Lagi-lagi aku kembali kesini.
ke tempat dimana hanya ada aku dan kamu.
Setiap kali kembali kesini, aku terdiam sejenak, baru kemudian membaca kembali tulisan kamu.
Siapa yang akan tahu kalau ternyata akulah yang kini menjadi sidik jari yang terblokir di setiap media yang kamu punya?
Bohong kalau waktu berlalu menyembuhkan luka. Bohong juga yang bilang kalau waktu bukan menyembuhkan, melainkan hidup itu sendiri yang akhirnya bertambah besar, memberikan perspektif mengenai ukuran luka yang terlihat mengecil, padahal besarnya tidak berubah sejak awal.
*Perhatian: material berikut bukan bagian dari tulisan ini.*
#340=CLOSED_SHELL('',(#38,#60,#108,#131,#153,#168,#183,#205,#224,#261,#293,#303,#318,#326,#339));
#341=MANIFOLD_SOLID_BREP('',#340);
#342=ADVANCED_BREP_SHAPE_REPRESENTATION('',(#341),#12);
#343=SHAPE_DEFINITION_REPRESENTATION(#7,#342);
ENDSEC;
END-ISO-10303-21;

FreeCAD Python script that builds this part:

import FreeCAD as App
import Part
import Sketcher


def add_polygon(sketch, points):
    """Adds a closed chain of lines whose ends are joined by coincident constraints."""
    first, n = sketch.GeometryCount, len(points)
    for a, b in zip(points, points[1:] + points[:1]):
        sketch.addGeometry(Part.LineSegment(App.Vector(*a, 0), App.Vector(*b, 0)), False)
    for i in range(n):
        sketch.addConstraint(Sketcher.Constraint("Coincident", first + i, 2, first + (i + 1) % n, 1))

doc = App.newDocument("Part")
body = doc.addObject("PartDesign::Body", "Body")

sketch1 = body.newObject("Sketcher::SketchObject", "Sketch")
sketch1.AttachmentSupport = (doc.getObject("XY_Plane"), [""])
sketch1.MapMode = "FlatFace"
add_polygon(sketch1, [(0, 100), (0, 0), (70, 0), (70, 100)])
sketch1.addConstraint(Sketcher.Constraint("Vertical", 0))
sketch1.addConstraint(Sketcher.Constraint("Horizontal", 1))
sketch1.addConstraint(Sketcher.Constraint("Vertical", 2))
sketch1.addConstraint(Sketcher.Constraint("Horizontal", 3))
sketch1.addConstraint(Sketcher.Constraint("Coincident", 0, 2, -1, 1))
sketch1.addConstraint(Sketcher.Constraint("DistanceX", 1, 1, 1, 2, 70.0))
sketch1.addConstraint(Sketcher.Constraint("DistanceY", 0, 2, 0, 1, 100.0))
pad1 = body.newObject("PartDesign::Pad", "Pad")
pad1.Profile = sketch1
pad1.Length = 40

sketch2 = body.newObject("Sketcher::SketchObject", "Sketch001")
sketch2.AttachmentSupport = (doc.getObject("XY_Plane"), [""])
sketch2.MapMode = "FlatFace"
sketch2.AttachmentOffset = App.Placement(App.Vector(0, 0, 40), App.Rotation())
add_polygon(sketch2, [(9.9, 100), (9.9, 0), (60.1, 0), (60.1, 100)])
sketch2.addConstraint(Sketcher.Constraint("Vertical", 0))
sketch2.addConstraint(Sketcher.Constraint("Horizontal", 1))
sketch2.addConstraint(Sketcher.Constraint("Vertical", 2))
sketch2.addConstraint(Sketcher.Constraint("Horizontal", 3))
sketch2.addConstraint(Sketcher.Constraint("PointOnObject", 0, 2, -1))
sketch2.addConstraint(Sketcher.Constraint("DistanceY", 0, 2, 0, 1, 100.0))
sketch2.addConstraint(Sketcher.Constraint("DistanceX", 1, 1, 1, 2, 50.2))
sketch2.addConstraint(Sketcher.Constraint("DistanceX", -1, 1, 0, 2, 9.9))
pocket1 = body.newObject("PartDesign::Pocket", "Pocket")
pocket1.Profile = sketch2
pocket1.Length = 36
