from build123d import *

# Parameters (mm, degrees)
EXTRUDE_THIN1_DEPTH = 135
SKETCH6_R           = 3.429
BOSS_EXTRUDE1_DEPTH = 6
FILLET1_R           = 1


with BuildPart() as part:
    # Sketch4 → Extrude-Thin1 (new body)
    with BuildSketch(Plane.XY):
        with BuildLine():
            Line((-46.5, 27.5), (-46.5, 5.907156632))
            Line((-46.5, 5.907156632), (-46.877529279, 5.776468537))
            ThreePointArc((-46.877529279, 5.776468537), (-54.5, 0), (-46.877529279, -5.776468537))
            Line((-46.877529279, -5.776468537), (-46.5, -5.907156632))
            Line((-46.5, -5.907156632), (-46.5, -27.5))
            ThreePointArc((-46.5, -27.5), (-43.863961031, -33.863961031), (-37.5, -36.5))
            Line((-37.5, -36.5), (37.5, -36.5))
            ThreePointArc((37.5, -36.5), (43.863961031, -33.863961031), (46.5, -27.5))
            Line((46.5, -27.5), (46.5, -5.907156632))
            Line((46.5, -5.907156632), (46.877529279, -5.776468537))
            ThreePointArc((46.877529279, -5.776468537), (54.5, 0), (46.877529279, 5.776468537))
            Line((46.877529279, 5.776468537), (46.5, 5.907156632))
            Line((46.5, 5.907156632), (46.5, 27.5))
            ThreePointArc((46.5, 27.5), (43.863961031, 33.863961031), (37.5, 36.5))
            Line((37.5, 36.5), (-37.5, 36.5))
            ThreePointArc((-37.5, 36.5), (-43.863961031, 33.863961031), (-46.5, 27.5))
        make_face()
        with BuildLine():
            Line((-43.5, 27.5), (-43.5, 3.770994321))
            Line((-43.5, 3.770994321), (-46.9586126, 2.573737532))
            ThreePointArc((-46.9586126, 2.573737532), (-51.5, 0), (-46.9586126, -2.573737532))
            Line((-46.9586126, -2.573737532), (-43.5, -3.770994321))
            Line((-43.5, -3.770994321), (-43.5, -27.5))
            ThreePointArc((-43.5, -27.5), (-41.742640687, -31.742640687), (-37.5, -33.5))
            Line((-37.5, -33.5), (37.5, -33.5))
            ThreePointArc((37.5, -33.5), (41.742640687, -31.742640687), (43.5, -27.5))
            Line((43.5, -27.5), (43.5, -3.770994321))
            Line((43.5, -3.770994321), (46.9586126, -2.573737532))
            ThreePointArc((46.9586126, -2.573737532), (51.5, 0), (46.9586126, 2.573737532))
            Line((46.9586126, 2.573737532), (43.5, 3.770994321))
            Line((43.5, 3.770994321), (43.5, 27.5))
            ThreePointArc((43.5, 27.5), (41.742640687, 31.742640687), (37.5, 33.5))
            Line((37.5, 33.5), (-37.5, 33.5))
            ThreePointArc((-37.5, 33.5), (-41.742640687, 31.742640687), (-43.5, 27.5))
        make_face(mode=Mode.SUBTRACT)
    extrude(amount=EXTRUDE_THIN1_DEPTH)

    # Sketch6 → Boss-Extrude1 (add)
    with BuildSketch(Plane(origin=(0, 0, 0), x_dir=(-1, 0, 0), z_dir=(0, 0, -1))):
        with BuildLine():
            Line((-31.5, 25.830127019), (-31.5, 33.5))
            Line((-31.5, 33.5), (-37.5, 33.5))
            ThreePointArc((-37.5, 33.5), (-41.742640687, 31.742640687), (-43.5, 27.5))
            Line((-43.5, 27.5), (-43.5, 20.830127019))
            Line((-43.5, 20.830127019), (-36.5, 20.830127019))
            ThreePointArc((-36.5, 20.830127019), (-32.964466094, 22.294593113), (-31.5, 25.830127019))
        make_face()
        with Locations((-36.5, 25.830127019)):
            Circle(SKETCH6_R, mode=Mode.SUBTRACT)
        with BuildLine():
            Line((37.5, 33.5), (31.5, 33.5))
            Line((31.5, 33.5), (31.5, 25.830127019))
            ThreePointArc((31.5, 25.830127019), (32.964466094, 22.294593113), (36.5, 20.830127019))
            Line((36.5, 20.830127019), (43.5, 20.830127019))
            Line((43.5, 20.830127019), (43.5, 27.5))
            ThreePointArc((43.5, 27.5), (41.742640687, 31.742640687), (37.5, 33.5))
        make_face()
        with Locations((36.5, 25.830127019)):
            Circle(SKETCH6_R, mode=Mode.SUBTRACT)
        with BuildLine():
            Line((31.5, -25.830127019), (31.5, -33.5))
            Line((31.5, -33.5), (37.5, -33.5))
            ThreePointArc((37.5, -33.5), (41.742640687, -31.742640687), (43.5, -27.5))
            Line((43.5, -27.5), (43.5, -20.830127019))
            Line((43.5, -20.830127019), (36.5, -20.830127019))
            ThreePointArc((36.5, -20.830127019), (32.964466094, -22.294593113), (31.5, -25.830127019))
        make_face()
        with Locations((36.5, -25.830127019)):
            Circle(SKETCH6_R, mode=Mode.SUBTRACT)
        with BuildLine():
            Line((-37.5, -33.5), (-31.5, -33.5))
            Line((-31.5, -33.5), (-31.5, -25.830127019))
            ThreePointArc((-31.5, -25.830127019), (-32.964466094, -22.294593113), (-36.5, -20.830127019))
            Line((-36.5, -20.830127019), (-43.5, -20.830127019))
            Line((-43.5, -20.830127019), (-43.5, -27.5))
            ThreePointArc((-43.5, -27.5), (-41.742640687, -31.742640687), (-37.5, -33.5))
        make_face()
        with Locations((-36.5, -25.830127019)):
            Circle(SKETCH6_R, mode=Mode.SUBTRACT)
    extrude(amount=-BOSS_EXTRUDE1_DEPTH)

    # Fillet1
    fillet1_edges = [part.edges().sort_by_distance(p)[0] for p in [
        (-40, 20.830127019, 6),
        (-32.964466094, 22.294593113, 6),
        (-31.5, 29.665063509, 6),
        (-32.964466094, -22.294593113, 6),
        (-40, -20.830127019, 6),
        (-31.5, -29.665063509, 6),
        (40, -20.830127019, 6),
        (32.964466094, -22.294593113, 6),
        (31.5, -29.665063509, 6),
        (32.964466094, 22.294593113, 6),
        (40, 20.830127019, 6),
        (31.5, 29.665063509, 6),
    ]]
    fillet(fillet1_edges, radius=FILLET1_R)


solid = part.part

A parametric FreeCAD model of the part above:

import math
import FreeCAD as App
import Part
import Sketcher
Q = App.Units.Quantity


def edges_at(feature, points):
    """Names of the edges that pass closest to the given points."""
    edges = feature.Shape.Edges
    near = lambda p: min(range(len(edges)), key=lambda i: edges[i].distToShape(Part.Vertex(*p))[0])
    return sorted({f"Edge{near(p) + 1}" for p in points})

doc = App.newDocument("Part")
body = doc.addObject("PartDesign::Body", "Body")

# Sketch on XY plane
sketch1 = body.newObject("Sketcher::SketchObject", "Sketch")
sketch1.AttachmentSupport = (doc.getObject("XY_Plane"), [""])
sketch1.MapMode = "FlatFace"
sketch1.addGeometry([
    Part.LineSegment(App.Vector(-46.5, 27.5, 0), App.Vector(-46.5, 5.91, 0)),  # 0
    Part.LineSegment(App.Vector(-46.5, 5.91, 0), App.Vector(-46.88, 5.78, 0)),  # 1
    Part.ArcOfCircle(Part.Circle(App.Vector(-48.5, 0, 0), App.Vector(0, 0, 1), 6), math.radians(74), math.radians(286)),  # 2
    Part.LineSegment(App.Vector(-46.88, -5.78, 0), App.Vector(-46.5, -5.91, 0)),  # 3
    Part.LineSegment(App.Vector(-46.5, -5.91, 0), App.Vector(-46.5, -27.5, 0)),  # 4
    Part.ArcOfCircle(Part.Circle(App.Vector(-37.5, -27.5, 0), App.Vector(0, 0, 1), 9), math.radians(180), math.radians(270)),  # 5
    Part.LineSegment(App.Vector(-37.5, -36.5, 0), App.Vector(37.5, -36.5, 0)),  # 6
    Part.ArcOfCircle(Part.Circle(App.Vector(37.5, -27.5, 0), App.Vector(0, 0, 1), 9), math.radians(-90), math.radians(0)),  # 7
    Part.LineSegment(App.Vector(46.5, -27.5, 0), App.Vector(46.5, -5.91, 0)),  # 8
    Part.LineSegment(App.Vector(46.5, -5.91, 0), App.Vector(46.88, -5.78, 0)),  # 9
    Part.ArcOfCircle(Part.Circle(App.Vector(48.5, 0, 0), App.Vector(0, 0, 1), 6), math.radians(-106), math.radians(106)),  # 10
    Part.LineSegment(App.Vector(46.88, 5.78, 0), App.Vector(46.5, 5.91, 0)),  # 11
    Part.LineSegment(App.Vector(46.5, 5.91, 0), App.Vector(46.5, 27.5, 0)),  # 12
    Part.ArcOfCircle(Part.Circle(App.Vector(37.5, 27.5, 0), App.Vector(0, 0, 1), 9), math.radians(0), math.radians(90)),  # 13
    Part.LineSegment(App.Vector(37.5, 36.5, 0), App.Vector(-37.5, 36.5, 0)),  # 14
    Part.ArcOfCircle(Part.Circle(App.Vector(-37.5, 27.5, 0), App.Vector(0, 0, 1), 9), math.radians(90), math.radians(180)),  # 15
    Part.LineSegment(App.Vector(-43.5, 3.77, 0), App.Vector(-43.5, 27.5, 0)),  # 16
    Part.ArcOfCircle(Part.Circle(App.Vector(-37.5, 27.5, 0), App.Vector(0, 0, 1), 6), math.radians(90), math.radians(180)),  # 17
    Part.LineSegment(App.Vector(-37.5, 33.5, 0), App.Vector(37.5, 33.5, 0)),  # 18
    Part.ArcOfCircle(Part.Circle(App.Vector(37.5, 27.5, 0), App.Vector(0, 0, 1), 6), math.radians(0), math.radians(90)),  # 19
    Part.LineSegment(App.Vector(43.5, 27.5, 0), App.Vector(43.5, 3.77, 0)),  # 20
    Part.LineSegment(App.Vector(43.5, 3.77, 0), App.Vector(46.96, 2.57, 0)),  # 21
    Part.ArcOfCircle(Part.Circle(App.Vector(48.5, 0, 0), App.Vector(0, 0, 1), 3), math.radians(-121), math.radians(121)),  # 22
    Part.LineSegment(App.Vector(46.96, -2.57, 0), App.Vector(43.5, -3.77, 0)),  # 23
    Part.LineSegment(App.Vector(43.5, -3.77, 0), App.Vector(43.5, -27.5, 0)),  # 24
    Part.ArcOfCircle(Part.Circle(App.Vector(37.5, -27.5, 0), App.Vector(0, 0, 1), 6), math.radians(-90), math.radians(0)),  # 25
    Part.LineSegment(App.Vector(37.5, -33.5, 0), App.Vector(-37.5, -33.5, 0)),  # 26
    Part.ArcOfCircle(Part.Circle(App.Vector(-37.5, -27.5, 0), App.Vector(0, 0, 1), 6), math.radians(180), math.radians(270)),  # 27
    Part.LineSegment(App.Vector(-43.5, -27.5, 0), App.Vector(-43.5, -3.77, 0)),  # 28
    Part.LineSegment(App.Vector(-43.5, -3.77, 0), App.Vector(-46.96, -2.57, 0)),  # 29
    Part.ArcOfCircle(Part.Circle(App.Vector(-48.5, 0, 0), App.Vector(0, 0, 1), 3), math.radians(59), math.radians(301)),  # 30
Hampir dua tahun, ruuw. Hampir dua tahun berlalu sejak kita terakhir kali bicara.
dan aku masih disini,
masih menyesali kebodohan akan tidak menghubungimu kembali waktu itu, bulan itu, natal itu, dan akhir tahun itu. Aku sudah sangat paham dengan amarah kamu, kekesalan kamu, dan betapa jahatnya aku kala itu. Satu yang sepertinya tidak akan pernah aku pahami, ya betapa bodohnya aku untuk melewatkan kamu begitu saja.
Banyak sekali hal yang aku lewatkan tanpa kamu didalamnya. Yang timbul justru kemungkinan-kemungkinan yang lewat begitu saja.
"Mungkin aku sudah lewat rumahnya" saat aku naik kereta melewati stasiun terdekat dari rumahmu
"Aku mungkin saja bisa mengenalinya kalau kita berpapasan di stasiun KRL menuju arah Bogor"
"Aku dekat sekali dengan kantornya, hari ini biasanya dia sedang WFO."
angan-angan semu yang muncul, hari demi hari, bulan demi bulan, tahun demi tahun. belum tahu kapan hal ini akan berakhir, tapi aku selalu berdoa untukmu dan aku diampuni dan masuk surga. Karena sepertinya hal yang paling memungkinkan diantara yang tidak mungkin untuk aku dapat bicara langsung denganmu, hanya jika kita bertemu di Rumah Bapa.
kuharap kamu menjalani hidup dengan baik, dan sampai bertemu, suatu hari nanti.